If \(\beta_1 > 0\), collaborations increase over time on average.
Regression Result with confidence interval
We test:
\[ H_0:\ \beta_1 = 0 \quad \text{vs} \quad H_A:\ \beta_1 \ne 0 \]
| term | estimate | std.error | statistic | p.value | conf.low | conf.high |
|---|---|---|---|---|---|---|
| (Intercept) | -24.6394 | 22.2936 | -1.1052 | 0.2768 | -69.9455 | 20.6667 |
| year | 0.0133 | 0.0111 | 1.1937 | 0.2409 | -0.0093 | 0.0358 |
The row for year contains the slope estimate \(\widehat{\beta}_1\)
conf.low / conf.high is a 95% CI for \(\beta_1\)
p.value is the regression p-value for \(H_0:\beta_1=0\)
Difference in means (era comparison)
Compare the mean collaboration proxy for winners:
\[ H_0:\ \mu_{\text{new}} - \mu_{\text{old}} = 0 \quad \text{vs} \quad H_A:\ \mu_{\text{new}} - \mu_{\text{old}} \ne 0 \]
A 95% confidence interval for the difference has the form:
\[ \widehat{\Delta} \pm t_{0.975,\nu}\, SE(\widehat{\Delta}) \]
Example of era comparison output (t-test)

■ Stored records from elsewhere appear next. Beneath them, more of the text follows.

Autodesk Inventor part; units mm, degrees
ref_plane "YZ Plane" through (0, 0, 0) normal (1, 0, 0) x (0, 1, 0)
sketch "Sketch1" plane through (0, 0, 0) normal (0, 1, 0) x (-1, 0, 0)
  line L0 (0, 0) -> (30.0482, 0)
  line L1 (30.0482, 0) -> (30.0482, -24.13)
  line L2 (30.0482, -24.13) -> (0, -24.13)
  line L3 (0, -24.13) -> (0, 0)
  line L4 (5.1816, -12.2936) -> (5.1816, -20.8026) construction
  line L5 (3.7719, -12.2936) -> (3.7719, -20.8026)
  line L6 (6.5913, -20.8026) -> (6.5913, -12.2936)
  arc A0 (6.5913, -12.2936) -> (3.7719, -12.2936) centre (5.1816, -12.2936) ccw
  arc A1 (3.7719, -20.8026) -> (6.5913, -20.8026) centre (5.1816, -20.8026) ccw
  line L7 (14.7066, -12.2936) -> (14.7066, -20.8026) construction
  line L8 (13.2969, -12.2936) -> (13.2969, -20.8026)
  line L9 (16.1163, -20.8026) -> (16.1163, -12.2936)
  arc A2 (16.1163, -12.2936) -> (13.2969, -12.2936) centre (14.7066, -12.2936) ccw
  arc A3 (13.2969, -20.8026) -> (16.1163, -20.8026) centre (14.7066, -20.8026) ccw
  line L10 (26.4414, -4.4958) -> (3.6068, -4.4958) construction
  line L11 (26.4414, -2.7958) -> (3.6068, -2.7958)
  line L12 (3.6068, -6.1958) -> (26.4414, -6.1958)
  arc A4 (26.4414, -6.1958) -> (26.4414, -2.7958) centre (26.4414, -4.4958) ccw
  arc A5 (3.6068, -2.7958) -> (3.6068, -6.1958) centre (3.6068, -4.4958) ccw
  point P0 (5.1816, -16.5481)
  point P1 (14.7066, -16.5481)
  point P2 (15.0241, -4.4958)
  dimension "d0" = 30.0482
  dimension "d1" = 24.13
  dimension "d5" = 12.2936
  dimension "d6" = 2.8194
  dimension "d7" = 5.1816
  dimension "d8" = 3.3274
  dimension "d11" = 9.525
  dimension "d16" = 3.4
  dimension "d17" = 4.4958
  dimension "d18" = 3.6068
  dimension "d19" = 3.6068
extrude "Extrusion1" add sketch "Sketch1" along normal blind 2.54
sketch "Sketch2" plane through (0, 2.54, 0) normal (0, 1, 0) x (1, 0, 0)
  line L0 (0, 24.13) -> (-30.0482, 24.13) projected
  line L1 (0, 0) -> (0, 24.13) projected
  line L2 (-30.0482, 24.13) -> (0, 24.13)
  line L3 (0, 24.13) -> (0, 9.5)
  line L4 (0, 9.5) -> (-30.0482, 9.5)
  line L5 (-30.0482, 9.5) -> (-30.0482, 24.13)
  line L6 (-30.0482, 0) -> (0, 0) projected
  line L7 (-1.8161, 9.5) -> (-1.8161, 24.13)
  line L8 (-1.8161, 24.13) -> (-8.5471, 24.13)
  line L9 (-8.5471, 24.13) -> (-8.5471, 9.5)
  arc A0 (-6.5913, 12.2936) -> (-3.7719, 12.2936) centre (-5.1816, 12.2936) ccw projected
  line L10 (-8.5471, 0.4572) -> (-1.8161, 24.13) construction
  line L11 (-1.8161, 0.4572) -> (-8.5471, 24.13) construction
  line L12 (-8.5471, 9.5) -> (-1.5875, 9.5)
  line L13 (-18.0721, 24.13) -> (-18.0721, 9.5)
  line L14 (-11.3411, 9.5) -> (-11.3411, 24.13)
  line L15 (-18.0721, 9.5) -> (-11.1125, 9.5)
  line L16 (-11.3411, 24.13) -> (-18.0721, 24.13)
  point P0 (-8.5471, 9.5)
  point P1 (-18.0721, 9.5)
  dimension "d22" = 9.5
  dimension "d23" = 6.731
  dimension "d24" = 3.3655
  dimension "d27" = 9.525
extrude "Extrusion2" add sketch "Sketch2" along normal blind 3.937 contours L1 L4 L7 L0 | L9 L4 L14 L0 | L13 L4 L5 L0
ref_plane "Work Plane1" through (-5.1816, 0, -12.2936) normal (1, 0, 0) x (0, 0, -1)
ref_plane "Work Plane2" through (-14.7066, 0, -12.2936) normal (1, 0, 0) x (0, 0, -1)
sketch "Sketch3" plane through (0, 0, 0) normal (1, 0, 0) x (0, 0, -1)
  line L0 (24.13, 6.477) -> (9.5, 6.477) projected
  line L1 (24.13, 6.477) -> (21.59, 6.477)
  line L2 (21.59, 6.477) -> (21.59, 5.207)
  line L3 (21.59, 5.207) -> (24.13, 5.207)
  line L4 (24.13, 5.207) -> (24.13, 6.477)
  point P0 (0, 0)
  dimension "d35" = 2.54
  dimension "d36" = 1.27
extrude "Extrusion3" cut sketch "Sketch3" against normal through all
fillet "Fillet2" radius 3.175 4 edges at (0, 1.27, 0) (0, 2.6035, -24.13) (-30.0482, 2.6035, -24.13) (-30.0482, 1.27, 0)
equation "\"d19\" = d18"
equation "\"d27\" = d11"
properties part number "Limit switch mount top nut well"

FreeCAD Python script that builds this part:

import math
import FreeCAD as App
import Part
import Sketcher
from FreeCAD import Vector
Q = App.Units.Quantity


def edges_at(feature, points):
    """Names of the edges that pass closest to the given points."""
    edges = feature.Shape.Edges
    near = lambda p: min(range(len(edges)), key=lambda i: edges[i].distToShape(Part.Vertex(*p))[0])
    return sorted({f"Edge{near(p) + 1}" for p in points})


def add_polygon(sketch, points):
    """Adds a closed chain of lines whose ends are joined by coincident constraints."""
    first, n = sketch.GeometryCount, len(points)
    for a, b in zip(points, points[1:] + points[:1]):
        sketch.addGeometry(Part.LineSegment(App.Vector(*a, 0), App.Vector(*b, 0)), False)
    for i in range(n):
        sketch.addConstraint(Sketcher.Constraint("Coincident", first + i, 2, first + (i + 1) % n, 1))

doc = App.newDocument("Part")
params = doc.addObject("Spreadsheet::Sheet", "Params")
for row, (alias, value) in enumerate([
    ("sketch1_height", "0.95 in"),
    ("sketch1_width", "1.183 in"),
    ("pad1_length", "0.1 in"),
    ("pad2_length", "0.155 in"),
    ("sketch3_height", "0.1 in"),
    ("sketch3_width", "0.05 in"),
    ("fillet_radius", "0.125 in"),
], start=1):
    params.set(f"A{row}", alias)
    params.set(f"B{row}", "=" + value)
    params.setAlias(f"B{row}", alias)

body = doc.addObject("PartDesign::Body", "Body")

sketch1 = body.newObject("Sketcher::SketchObject", "Sketch")
sketch1.AttachmentSupport = (doc.getObject("XZ_Plane"), [""])
sketch1.MapMode = "FlatFace"
add_polygon(sketch1, [(-30, 0), (0, 0), (0, -24.1), (-30, -24.1)])
sketch1.addGeometry(Part.LineSegment(Vector(-3.8, -20.8, 0), Vector(-3.8, -12.3, 0)), False)
sketch1.addGeometry(Part.ArcOfCircle(Part.Circle(Vector(-5.2, -12.3, 0), Vector(0, 0, 1), 1.4), math.radians(0), math.radians(180)), False)
sketch1.addGeometry(Part.LineSegment(Vector(-6.6, -12.3, 0), Vector(-6.6, -20.8, 0)), False)
sketch1.addGeometry(Part.ArcOfCircle(Part.Circle(Vector(-5.2, -20.8, 0), Vector(0, 0, 1), 1.4), math.radians(180), math.radians(360)), False)
sketch1.addGeometry(Part.LineSegment(Vector(-13.3, -20.8, 0), Vector(-13.3, -12.3, 0)), False)
sketch1.addGeometry(Part.ArcOfCircle(Part.Circle(Vector(-14.7, -12.3, 0), Vector(0, 0, 1), 1.4), math.radians(0), math.radians(180)), False)
sketch1.addGeometry(Part.LineSegment(Vector(-16.1, -12.3, 0), Vector(-16.1, -20.8, 0)), False)
sketch1.addGeometry(Part.ArcOfCircle(Part.Circle(Vector(-14.7, -20.8, 0), Vector(0, 0, 1), 1.4), math.radians(180), math.radians(360)), False)
sketch1.addGeometry(Part.LineSegment(Vector(-3.6, -2.8, 0), Vector(-26.4, -2.8, 0)), False)
sketch1.addGeometry(Part.ArcOfCircle(Part.Circle(Vector(-26.4, -4.5, 0), Vector(0, 0, 1), 1.7), math.radians(90), math.radians(270)), False)
sketch1.addGeometry(Part.LineSegment(Vector(-26.4, -6.2, 0), Vector(-3.6, -6.2, 0)), False)
sketch1.addGeometry(Part.ArcOfCircle(Part.Circle(Vector(-3.6, -4.5, 0), Vector(0, 0, 1), 1.7), math.radians(-90), math.radians(90)), False)
sketch1.addConstraint([
    Sketcher.Constraint("Tangent", 4, 2, 5, 1),
    Sketcher.Constraint("Tangent", 5, 2, 6, 1),
    Sketcher.Constraint("Tangent", 6, 2, 7, 1),
    Sketcher.Constraint("Tangent", 7, 2, 4, 1),
    Sketcher.Constraint("Tangent", 8, 2, 9, 1),
    Sketcher.Constraint("Tangent", 9, 2, 10, 1),
    Sketcher.Constraint("Tangent", 10, 2, 11, 1),
    Sketcher.Constraint("Tangent", 11, 2, 8, 1),
    Sketcher.Constraint("Tangent", 12, 2, 13, 1),
    Sketcher.Constraint("Tangent", 13, 2, 14, 1),
    Sketcher.Constraint("Tangent", 14, 2, 15, 1),
    Sketcher.Constraint("Tangent", 15, 2, 12, 1),
    Sketcher.Constraint("Horizontal", 0),
    Sketcher.Constraint("Vertical", 1),
    Sketcher.Constraint("Horizontal", 2),
    Sketcher.Constraint("Vertical", 3),
    Sketcher.Constraint("Vertical", 4),
    Sketcher.Constraint("Vertical", 6),
    Sketcher.Constraint("Vertical", 8),
    Sketcher.Constraint("Vertical", 10),
    Sketcher.Constraint("Horizontal", 12),
    Sketcher.Constraint("Horizontal", 14),
    Sketcher.Constraint("Coincident", 0, 2, -1, 1),
    Sketcher.Constraint("Equal", 7, 9),
    Sketcher.Constraint("Horizontal", 5, 3, 9, 3),
    Sketcher.Constraint("Horizontal", 7, 3, 11, 3),
    Sketcher.Constraint("DistanceY", 1, 2, 1, 1, Q("0.95 in")),
    Sketcher.Constraint("Radius", 5, Q("0.0555 in")),
    Sketcher.Constraint("DistanceX", 0, 1, 0, 2, Q("1.183 in")),
    Sketcher.Constraint("Radius", 13, 1.7),
    Sketcher.Constraint("DistanceX", 5, 3, -1, 1, Q("0.204 in")),
    Sketcher.Constraint("DistanceY", 5, 3, -1, 1, Q("0.484 in")),
    Sketcher.Constraint("DistanceY", 13, 3, -1, 1, Q("0.177 in")),
    Sketcher.Constraint("DistanceX", 15, 3, -1, 1, Q("0.142 in")),
    Sketcher.Constraint("DistanceX", 9, 3, 5, 3, Q("0.375 in")),
    Sketcher.Constraint("DistanceY", 1, 2, 7, 3, Q("0.131 in")),
    Sketcher.Constraint("DistanceX", 2, 2, 13, 3, Q("0.142 in")),
])
sketch1.setExpression("Constraints[30]", "Params.sketch1_height")
sketch1.setExpression("Constraints[32]", "Params.sketch1_width")
pad1 = body.newObject("PartDesign::Pad", "Pad")
pad1.Profile = sketch1
pad1.setExpression("Length", "Params.pad1_length")
pad1.Reversed = True

sketch2 = body.newObject("Sketcher::SketchObject", "Sketch001")
sketch2.AttachmentSupport = (doc.getObject("XZ_Plane"), [""])
sketch2.MapMode = "FlatFace"
sketch2.AttachmentOffset = App.Placement(Vector(0, 0, -0.1 * 25.4), App.Rotation())
add_polygon(sketch2, [(0, -9.5), (0, -24.1), (-1.8, -24.1), (-1.8, -9.5)])
add_polygon(sketch2, [(-8.5, -9.5), (-8.5, -24.1), (-11.3, -24.1), (-11.3, -9.5)])
add_polygon(sketch2, [(-18.1, -9.5), (-18.1, -24.1), (-30, -24.1), (-30, -9.5)])
sketch2.addConstraint([
    Sketcher.Constraint("Vertical", 0),
    Sketcher.Constraint("Horizontal", 1),
    Sketcher.Constraint("Vertical", 2),
    Sketcher.Constraint("Horizontal", 3),
    Sketcher.Constraint("Vertical", 4),
    Sketcher.Constraint("Horizontal", 5),
    Sketcher.Constraint("Vertical", 6),
    Sketcher.Constraint("Horizontal", 7),
    Sketcher.Constraint("Vertical", 8),
    Sketcher.Constraint("Horizontal", 9),
    Sketcher.Constraint("Vertical", 10),
    Sketcher.Constraint("Horizontal", 11),
    Sketcher.Constraint("PointOnObject", 0, 2, -2),
    Sketcher.Constraint("Horizontal", 1, 2, 4, 2),
    Sketcher.Constraint("Horizontal", 3, 2, 6, 2),
    Sketcher.Constraint("Horizontal", 5, 2, 8, 2),
    Sketcher.Constraint("Horizontal", 7, 2, 10, 2),
    Sketcher.Constraint("DistanceX", 4, 2, 1, 2, Q("0.265 in")),
    Sketcher.Constraint("DistanceX", 5, 2, 1, 2, Q("0.375 in")),
    Sketcher.Constraint("DistanceX", 8, 2, 5, 2, Q("0.265 in")),
    Sketcher.Constraint("DistanceY", 2, 2, -1, 1, 9.5),
    Sketcher.Constraint("DistanceY", 0, 2, -1, 1, Q("0.95 in")),
    Sketcher.Constraint("DistanceX", 1, 2, 1, 1, Q("0.0715 in")),
    Sketcher.Constraint("DistanceX", 9, 2, 9, 1, Q("0.4715 in")),
])
pad2 = body.newObject("PartDesign::Pad", "Pad001")
pad2.Profile = sketch2
pad2.setExpression("Length", "Params.pad2_length")
pad2.Reversed = True

sketch3 = body.newObject("Sketcher::SketchObject", "Sketch002")
sketch3.AttachmentSupport = (doc.getObject("YZ_Plane"), [""])
sketch3.MapMode = "FlatFace"
add_polygon(sketch3, [(5.2, -24.1), (6.5, -24.1), (6.5, -21.6), (5.2, -21.6)])
sketch3.addConstraint([
    Sketcher.Constraint("Horizontal", 0),
    Sketcher.Constraint("Vertical", 1),
    Sketcher.Constraint("Horizontal", 2),
    Sketcher.Constraint("Vertical", 3),
    Sketcher.Constraint("DistanceY", 1, 1, 1, 2, Q("0.1 in")),
    Sketcher.Constraint("DistanceX", 0, 1, 0, 2, Q("0.05 in")),
    Sketcher.Constraint("DistanceY", 0, 2, -1, 1, Q("0.95 in")),
    Sketcher.Constraint("DistanceX", -1, 1, 0, 2, Q("0.255 in")),
])
sketch3.setExpression("Constraints[8]", "Params.sketch3_height")
sketch3.setExpression("Constraints[9]", "Params.sketch3_width")
pocket1 = body.newObject("PartDesign::Pocket", "Pocket")
pocket1.Profile = sketch3
pocket1.Type = "ThroughAll"
doc.recompute()

fillet = body.newObject("PartDesign::Fillet", "Fillet")
fillet.Base = (pocket1, edges_at(pocket1, [
    (0, 1.27, 0),
    (0, 2.603, -24.13),
    (-30.048, 2.603, -24.13),
    (-30.048, 1.27, 0),
]))
fillet.setExpression("Radius", "Params.fillet_radius")

doc.recompute()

| estimate | estimate1 | estimate2 | statistic | p.value | parameter | conf.low | conf.high | method | alternative |
|---|---|---|---|---|---|---|---|---|---|
| -0.5154 | 1.6 | 2.1154 | -1.7738 | 0.1004 | 12.5274 | -1.1455 | 0.1147 | Welch Two Sample t-test | two.sided |
Interpretation:
small p-value suggests evidence the era means differ
a CI that does not include 0 suggests a difference at the 5% level
R code
winners <- grammy %>% dplyr::filter(is_winner)
# Fit regression model
lm_fit <- lm(n_artists ~ year, data = winners)
# Plot the trend with a fitted line
library(ggplot2)
ggplot(winners, aes(x = year, y = n_artists)) +
geom_point(alpha = 0.7) +
geom_smooth(method = "lm", se = TRUE) +
labs(
title = "Winners: credited artist count (proxy) over time",
x = "Year",
y = "Credited artists (proxy)"
)
Plotly indicating year vs collaboration proxy vs popularity proxy
Summary
Takeaways:
Point estimates summarize typical values; CIs show uncertainty.
Regression slope estimates a trend and includes a p-value + CI.
A two-sample t-test compares eras and provides inference on the difference in means.